# White oak



## guglipm63 (Feb 27, 2013)

In February my son had to have a large white oak tree taken down. Ants had hollowed out the top and it was cracked. I felt compelled to try and save it so I got my Alaskan sawmill out and proceeded to convert 3 8 foot logs into boards. What a chore, but I got some nice planks. 









Roughly 425 BF


----------



## guglipm63 (Feb 27, 2013)

Started with 4 cookies 3 1/2 thick and 32 inches in diameter


----------



## guglipm63 (Feb 27, 2013)

My son kept 3 and I took one


----------



## guglipm63 (Feb 27, 2013)

It's only letting me upload one picture at a time tonight. Smh


----------



## guglipm63 (Feb 27, 2013)

The worksite


----------



## Allen Tomaszek (Dec 11, 2010)

Gotta love some white oak. What kind of plans do you have for the lumber?


----------



## guglipm63 (Feb 27, 2013)

Allen Tomaszek said:


> Gotta love some white oak. What kind of plans do you have for the lumber?

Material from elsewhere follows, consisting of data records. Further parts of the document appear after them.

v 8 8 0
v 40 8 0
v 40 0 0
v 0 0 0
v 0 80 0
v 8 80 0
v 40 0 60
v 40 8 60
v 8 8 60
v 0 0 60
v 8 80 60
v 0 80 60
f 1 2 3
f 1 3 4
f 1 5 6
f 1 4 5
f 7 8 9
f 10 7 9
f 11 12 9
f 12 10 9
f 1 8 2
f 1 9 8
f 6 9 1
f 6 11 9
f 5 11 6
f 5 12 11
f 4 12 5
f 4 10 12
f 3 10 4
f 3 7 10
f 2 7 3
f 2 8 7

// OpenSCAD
$fn = 32;

// ----------------------------------------------------------------------
// Structural section: angle 40 x 80 mm
// ----------------------------------------------------------------------

// --- parameters (mm) ---
sec_w = 40;               // leg width, X
sec_h = 80;               // leg height, Y
flange_t = 8;             // leg thickness
plate_t = 60;             // cut length, Z (extrusion height)

profile = [[0, 0], [40, 0], [40, 8], [8, 8], [8, 80], [0, 80]];  // primary outline, 6 points, counter clockwise

// --- the one profile operation ---
linear_extrude(height = plate_t) polygon(points = profile);
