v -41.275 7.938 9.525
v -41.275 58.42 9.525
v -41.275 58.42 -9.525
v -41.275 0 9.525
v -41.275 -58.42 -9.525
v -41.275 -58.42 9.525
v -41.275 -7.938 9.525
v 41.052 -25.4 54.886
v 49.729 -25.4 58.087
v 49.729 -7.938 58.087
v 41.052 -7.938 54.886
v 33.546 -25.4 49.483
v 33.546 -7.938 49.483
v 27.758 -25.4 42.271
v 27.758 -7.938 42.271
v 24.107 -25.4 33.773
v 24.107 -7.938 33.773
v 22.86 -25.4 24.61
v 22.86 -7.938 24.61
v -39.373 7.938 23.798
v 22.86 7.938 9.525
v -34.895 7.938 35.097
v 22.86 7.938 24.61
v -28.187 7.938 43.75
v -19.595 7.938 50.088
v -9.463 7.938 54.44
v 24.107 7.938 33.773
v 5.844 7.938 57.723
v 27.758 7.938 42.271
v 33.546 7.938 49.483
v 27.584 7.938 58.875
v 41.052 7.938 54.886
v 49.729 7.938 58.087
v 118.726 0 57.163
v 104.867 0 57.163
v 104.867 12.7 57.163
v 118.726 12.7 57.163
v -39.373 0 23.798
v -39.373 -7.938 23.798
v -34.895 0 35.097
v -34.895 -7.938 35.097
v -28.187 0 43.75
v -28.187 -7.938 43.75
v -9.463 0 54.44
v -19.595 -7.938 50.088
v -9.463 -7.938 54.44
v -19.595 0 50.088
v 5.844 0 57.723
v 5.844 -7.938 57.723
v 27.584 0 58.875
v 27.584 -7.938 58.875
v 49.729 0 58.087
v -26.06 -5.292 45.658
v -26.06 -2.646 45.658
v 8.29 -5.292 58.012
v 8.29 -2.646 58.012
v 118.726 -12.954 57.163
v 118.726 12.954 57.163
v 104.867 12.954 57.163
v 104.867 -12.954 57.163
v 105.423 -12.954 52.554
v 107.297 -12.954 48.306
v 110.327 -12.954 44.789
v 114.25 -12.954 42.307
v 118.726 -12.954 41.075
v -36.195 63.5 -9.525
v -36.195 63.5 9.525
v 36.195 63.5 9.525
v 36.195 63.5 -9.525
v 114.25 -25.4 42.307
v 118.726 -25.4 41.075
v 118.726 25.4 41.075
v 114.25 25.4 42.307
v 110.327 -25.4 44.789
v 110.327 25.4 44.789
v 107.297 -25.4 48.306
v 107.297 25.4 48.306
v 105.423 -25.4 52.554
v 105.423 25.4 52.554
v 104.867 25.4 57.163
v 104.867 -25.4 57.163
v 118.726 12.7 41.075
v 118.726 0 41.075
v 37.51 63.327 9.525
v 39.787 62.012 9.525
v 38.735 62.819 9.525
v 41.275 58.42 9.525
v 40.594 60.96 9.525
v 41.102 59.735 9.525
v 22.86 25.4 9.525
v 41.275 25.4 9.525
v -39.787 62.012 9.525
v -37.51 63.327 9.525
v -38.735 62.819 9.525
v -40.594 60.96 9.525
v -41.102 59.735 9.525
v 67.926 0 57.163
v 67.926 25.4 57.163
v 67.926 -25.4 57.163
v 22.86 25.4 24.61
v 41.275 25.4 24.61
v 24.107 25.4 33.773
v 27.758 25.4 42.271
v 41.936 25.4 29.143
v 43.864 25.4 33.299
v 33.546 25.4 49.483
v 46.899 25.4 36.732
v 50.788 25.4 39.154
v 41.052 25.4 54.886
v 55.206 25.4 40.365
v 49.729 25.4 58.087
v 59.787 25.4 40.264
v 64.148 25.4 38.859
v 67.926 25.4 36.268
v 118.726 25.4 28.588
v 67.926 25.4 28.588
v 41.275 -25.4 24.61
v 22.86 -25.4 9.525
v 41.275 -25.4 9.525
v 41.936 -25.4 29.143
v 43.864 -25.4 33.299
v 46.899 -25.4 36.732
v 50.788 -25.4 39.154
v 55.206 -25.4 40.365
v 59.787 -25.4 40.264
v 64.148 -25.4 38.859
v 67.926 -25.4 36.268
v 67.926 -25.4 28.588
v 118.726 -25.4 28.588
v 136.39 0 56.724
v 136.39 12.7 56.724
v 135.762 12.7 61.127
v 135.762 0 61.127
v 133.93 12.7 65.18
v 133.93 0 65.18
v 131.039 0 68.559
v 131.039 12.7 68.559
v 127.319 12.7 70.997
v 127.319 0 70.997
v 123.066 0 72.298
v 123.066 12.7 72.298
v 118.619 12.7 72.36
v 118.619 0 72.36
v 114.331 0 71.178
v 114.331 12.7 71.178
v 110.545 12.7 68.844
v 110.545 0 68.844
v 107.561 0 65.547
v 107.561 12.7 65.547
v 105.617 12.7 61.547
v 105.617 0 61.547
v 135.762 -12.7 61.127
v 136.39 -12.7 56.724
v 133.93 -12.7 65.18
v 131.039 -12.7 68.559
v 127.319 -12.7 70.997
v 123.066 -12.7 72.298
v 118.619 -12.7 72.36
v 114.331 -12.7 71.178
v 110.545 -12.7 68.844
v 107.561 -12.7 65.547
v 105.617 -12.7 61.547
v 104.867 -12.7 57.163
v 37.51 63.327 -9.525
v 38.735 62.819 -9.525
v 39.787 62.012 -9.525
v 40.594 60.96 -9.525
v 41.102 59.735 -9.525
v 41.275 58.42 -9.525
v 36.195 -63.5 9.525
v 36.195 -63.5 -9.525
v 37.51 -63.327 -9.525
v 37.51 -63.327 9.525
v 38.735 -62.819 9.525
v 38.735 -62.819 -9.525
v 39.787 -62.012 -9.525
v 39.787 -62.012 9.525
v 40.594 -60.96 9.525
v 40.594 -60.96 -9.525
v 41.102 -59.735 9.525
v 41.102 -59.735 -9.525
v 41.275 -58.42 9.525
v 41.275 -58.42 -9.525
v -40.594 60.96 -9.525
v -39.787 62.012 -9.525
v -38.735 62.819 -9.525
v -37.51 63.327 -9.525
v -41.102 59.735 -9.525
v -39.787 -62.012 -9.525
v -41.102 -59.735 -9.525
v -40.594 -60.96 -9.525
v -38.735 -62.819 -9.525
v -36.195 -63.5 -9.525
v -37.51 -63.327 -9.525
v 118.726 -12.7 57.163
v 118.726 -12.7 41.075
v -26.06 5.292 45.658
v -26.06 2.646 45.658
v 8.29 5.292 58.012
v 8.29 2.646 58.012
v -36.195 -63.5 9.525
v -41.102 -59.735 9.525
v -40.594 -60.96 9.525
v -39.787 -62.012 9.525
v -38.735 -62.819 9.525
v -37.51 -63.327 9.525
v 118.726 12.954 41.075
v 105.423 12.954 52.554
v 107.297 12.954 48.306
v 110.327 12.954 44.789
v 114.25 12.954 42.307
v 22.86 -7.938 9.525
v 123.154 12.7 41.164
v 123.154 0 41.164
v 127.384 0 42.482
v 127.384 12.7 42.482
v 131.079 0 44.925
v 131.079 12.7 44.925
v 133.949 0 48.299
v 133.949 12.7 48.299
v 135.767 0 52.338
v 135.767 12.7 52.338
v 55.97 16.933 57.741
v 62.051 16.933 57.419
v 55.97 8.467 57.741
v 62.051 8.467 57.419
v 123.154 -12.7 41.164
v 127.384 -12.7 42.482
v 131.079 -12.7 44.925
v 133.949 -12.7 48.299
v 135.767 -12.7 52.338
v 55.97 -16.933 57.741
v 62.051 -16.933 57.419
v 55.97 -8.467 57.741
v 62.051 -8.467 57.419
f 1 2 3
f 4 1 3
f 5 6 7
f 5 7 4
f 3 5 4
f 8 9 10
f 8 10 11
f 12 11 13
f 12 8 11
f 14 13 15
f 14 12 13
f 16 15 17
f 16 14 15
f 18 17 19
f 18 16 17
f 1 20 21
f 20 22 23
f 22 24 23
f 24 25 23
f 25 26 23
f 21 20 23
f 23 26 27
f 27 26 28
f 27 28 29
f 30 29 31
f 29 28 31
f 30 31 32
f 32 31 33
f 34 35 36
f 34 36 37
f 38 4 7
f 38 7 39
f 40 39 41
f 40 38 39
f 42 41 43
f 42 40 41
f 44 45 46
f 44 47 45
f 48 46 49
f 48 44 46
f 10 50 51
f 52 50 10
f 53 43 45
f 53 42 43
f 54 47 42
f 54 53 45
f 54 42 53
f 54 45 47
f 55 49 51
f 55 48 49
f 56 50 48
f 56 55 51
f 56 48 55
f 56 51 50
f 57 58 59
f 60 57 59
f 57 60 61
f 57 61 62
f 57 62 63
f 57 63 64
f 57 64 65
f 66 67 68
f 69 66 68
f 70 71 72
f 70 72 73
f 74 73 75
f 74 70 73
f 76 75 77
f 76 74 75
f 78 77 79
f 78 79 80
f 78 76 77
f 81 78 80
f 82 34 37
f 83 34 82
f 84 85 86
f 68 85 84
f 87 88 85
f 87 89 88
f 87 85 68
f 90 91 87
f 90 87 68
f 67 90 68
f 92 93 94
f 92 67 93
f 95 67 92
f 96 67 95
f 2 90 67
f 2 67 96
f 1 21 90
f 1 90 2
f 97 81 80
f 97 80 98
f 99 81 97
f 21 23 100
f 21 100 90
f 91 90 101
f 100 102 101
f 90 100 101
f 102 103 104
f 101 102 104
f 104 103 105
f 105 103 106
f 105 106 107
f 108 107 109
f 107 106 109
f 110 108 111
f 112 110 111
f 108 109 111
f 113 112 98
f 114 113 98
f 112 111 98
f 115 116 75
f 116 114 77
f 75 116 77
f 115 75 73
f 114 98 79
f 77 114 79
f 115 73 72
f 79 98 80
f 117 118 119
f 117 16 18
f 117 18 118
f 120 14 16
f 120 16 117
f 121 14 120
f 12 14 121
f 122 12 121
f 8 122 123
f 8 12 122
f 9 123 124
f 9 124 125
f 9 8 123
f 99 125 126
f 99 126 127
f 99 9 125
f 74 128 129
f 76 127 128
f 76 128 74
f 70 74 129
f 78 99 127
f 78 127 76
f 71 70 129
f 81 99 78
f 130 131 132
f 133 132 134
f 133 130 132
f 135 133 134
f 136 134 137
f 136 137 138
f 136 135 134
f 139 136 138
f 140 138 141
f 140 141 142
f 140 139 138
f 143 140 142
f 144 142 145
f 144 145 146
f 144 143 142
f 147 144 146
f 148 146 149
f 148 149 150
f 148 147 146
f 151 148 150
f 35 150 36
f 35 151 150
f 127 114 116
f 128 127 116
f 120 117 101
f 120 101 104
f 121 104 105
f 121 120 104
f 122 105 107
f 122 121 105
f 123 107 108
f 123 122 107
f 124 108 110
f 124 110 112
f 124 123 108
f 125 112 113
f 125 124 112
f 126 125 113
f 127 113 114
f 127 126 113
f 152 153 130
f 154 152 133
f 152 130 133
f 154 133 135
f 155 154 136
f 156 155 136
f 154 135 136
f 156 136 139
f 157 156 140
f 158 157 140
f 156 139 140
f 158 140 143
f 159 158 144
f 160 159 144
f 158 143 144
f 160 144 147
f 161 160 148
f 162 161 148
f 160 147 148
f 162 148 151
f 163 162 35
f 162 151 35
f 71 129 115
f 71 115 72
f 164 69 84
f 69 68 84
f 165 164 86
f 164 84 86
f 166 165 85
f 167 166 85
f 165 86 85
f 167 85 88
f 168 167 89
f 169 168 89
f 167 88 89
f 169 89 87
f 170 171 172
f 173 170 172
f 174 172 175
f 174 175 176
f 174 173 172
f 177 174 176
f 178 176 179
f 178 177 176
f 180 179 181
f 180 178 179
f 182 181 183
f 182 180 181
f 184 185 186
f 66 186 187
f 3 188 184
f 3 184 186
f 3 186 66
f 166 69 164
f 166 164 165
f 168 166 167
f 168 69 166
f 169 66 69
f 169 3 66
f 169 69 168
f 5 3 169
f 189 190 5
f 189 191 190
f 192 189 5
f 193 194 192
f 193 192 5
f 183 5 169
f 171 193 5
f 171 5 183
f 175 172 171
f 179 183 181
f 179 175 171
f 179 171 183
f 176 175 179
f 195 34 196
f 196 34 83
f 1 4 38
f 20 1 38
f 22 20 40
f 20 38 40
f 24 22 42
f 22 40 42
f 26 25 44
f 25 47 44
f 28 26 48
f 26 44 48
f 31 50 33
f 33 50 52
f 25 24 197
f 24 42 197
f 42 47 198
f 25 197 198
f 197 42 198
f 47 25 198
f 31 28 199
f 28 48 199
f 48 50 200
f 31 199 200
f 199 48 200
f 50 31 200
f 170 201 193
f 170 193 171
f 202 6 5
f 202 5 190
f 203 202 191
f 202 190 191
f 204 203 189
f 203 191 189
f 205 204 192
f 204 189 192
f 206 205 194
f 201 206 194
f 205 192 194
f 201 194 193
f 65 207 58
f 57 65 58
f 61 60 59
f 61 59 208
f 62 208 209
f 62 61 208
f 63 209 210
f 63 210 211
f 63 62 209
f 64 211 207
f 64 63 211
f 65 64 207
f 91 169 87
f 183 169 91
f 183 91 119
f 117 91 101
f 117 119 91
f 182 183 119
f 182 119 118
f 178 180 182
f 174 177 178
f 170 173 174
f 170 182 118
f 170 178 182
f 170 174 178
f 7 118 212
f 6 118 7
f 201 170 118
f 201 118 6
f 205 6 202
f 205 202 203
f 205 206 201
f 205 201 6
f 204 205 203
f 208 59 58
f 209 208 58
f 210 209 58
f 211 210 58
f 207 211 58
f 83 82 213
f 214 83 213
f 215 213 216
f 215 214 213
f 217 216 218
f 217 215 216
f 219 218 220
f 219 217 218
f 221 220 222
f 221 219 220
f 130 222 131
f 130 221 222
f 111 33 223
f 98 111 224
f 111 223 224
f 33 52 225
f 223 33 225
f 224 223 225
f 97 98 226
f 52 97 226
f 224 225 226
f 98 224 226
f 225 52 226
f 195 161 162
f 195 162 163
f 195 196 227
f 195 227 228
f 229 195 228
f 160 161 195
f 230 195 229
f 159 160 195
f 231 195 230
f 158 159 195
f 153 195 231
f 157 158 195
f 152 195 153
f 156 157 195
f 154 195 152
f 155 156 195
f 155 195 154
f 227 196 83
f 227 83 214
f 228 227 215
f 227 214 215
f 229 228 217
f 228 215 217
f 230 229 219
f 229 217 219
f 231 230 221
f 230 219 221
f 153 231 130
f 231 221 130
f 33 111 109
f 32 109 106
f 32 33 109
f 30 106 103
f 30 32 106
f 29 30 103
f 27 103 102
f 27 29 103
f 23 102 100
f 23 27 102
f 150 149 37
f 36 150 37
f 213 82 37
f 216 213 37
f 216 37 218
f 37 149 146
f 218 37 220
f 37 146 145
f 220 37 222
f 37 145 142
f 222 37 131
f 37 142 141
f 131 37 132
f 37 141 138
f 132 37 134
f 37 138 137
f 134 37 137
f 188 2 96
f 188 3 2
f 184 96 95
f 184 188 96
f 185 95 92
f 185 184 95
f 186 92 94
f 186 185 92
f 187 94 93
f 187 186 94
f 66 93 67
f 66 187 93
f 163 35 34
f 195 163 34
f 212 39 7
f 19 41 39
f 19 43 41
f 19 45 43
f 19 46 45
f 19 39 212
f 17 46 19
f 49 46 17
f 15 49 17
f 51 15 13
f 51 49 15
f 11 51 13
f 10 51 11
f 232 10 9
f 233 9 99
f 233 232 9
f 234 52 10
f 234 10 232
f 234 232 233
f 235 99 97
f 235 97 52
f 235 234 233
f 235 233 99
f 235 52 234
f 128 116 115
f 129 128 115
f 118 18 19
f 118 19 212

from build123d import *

# Parameters (mm, degrees)
F1_DEPTH = 63.5
F2_DEPTH = 25.4
F3_DEPTH = 7.9375
F4_R     = 5.08
F5_DEPTH = 12.7
F6_DEPTH = 12.954


# Not quite as in the source:
# - a feature names something its author has since deleted; it is built from what else it names


with BuildPart() as f1:
    # F0 (on Front) → F1 (new body, symmetric)
    with BuildSketch(Plane.XZ):
        Polygon((41.275, -9.525), (41.275, 9.525), (22.86, 9.525), (-41.275, 9.525), (-41.275, -9.525), align=None)
    extrude(amount=F1_DEPTH, both=True)

    # F0 (on Front) → F2 (join, symmetric)
    with BuildSketch(Plane.XZ):
        with BuildLine():
            Line((22.86, 9.525), (41.275, 9.525))
            Line((41.275, 9.525), (41.275, 24.6097946961))
            ThreePointArc((41.275, 24.6097946961), (50.7878547404, 39.1541658648), (67.925549001, 36.2675461399))
            Line((67.925549001, 36.2675461399), (67.925549001, 57.1627))
            add(Edge.make_bspline(
                [(49.7285614833, 58.0870459324), (56.0365853953, 57.7436105447), (62.1682234861, 57.3725135069), (67.925549001, 57.1627)],
                knots=[103.2417964532, 103.2417964532, 103.2417964532, 103.2417964532, 119.139037949, 119.139037949, 119.139037949, 119.139037949], degree=3))
            ThreePointArc((49.7285614833, 58.0870459324), (30.4078494999, 46.0728207323), (22.86, 24.6097946961))
            Line((22.86, 24.6097946961), (22.86, 9.525))
        make_face()
        with BuildLine():
            Line((67.925549001, 57.1627), (67.925549001, 36.2675461399))
            Line((67.925549001, 36.2675461399), (67.925549001, 28.5877))
            Line((67.925549001, 28.5877), (118.725549001, 28.5877))
            Line((118.725549001, 28.5877), (118.725549001, 41.0749236981))
            ThreePointArc((118.725549001, 41.0749236981), (108.6814992651, 46.435602827), (104.8671576362, 57.1627))
            Line((104.8671576362, 57.1627), (67.925549001, 57.1627))
        make_face()
    extrude(amount=F2_DEPTH, both=True)

    # F0 (on Front) → F3 (join, symmetric)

Maybe a couple live edge tables


----------



## Da Aardvark (Oct 11, 2012)

Excellent!


----------



## qbilder (Dec 19, 2010)

My favorite part of sawing white oak is the smell of whiskey :thumbsup:


----------



## Da Aardvark (Oct 11, 2012)

Seems awful dark for white oak.
Am I seeing it right? It looks closer to walnut.


----------



## guglipm63 (Feb 27, 2013)

Da Aardvark said:


> Seems awful dark for white oak. Am I seeing it right? It looks closer to walnut.


 definitely white oak. acorns


----------



## qbilder (Dec 19, 2010)

Bark & grain & color look like chestnut oak, a white oak. I made my bathroom vanity & cabinets out of quarter sawn chestnut oak. Stunning stuff.


----------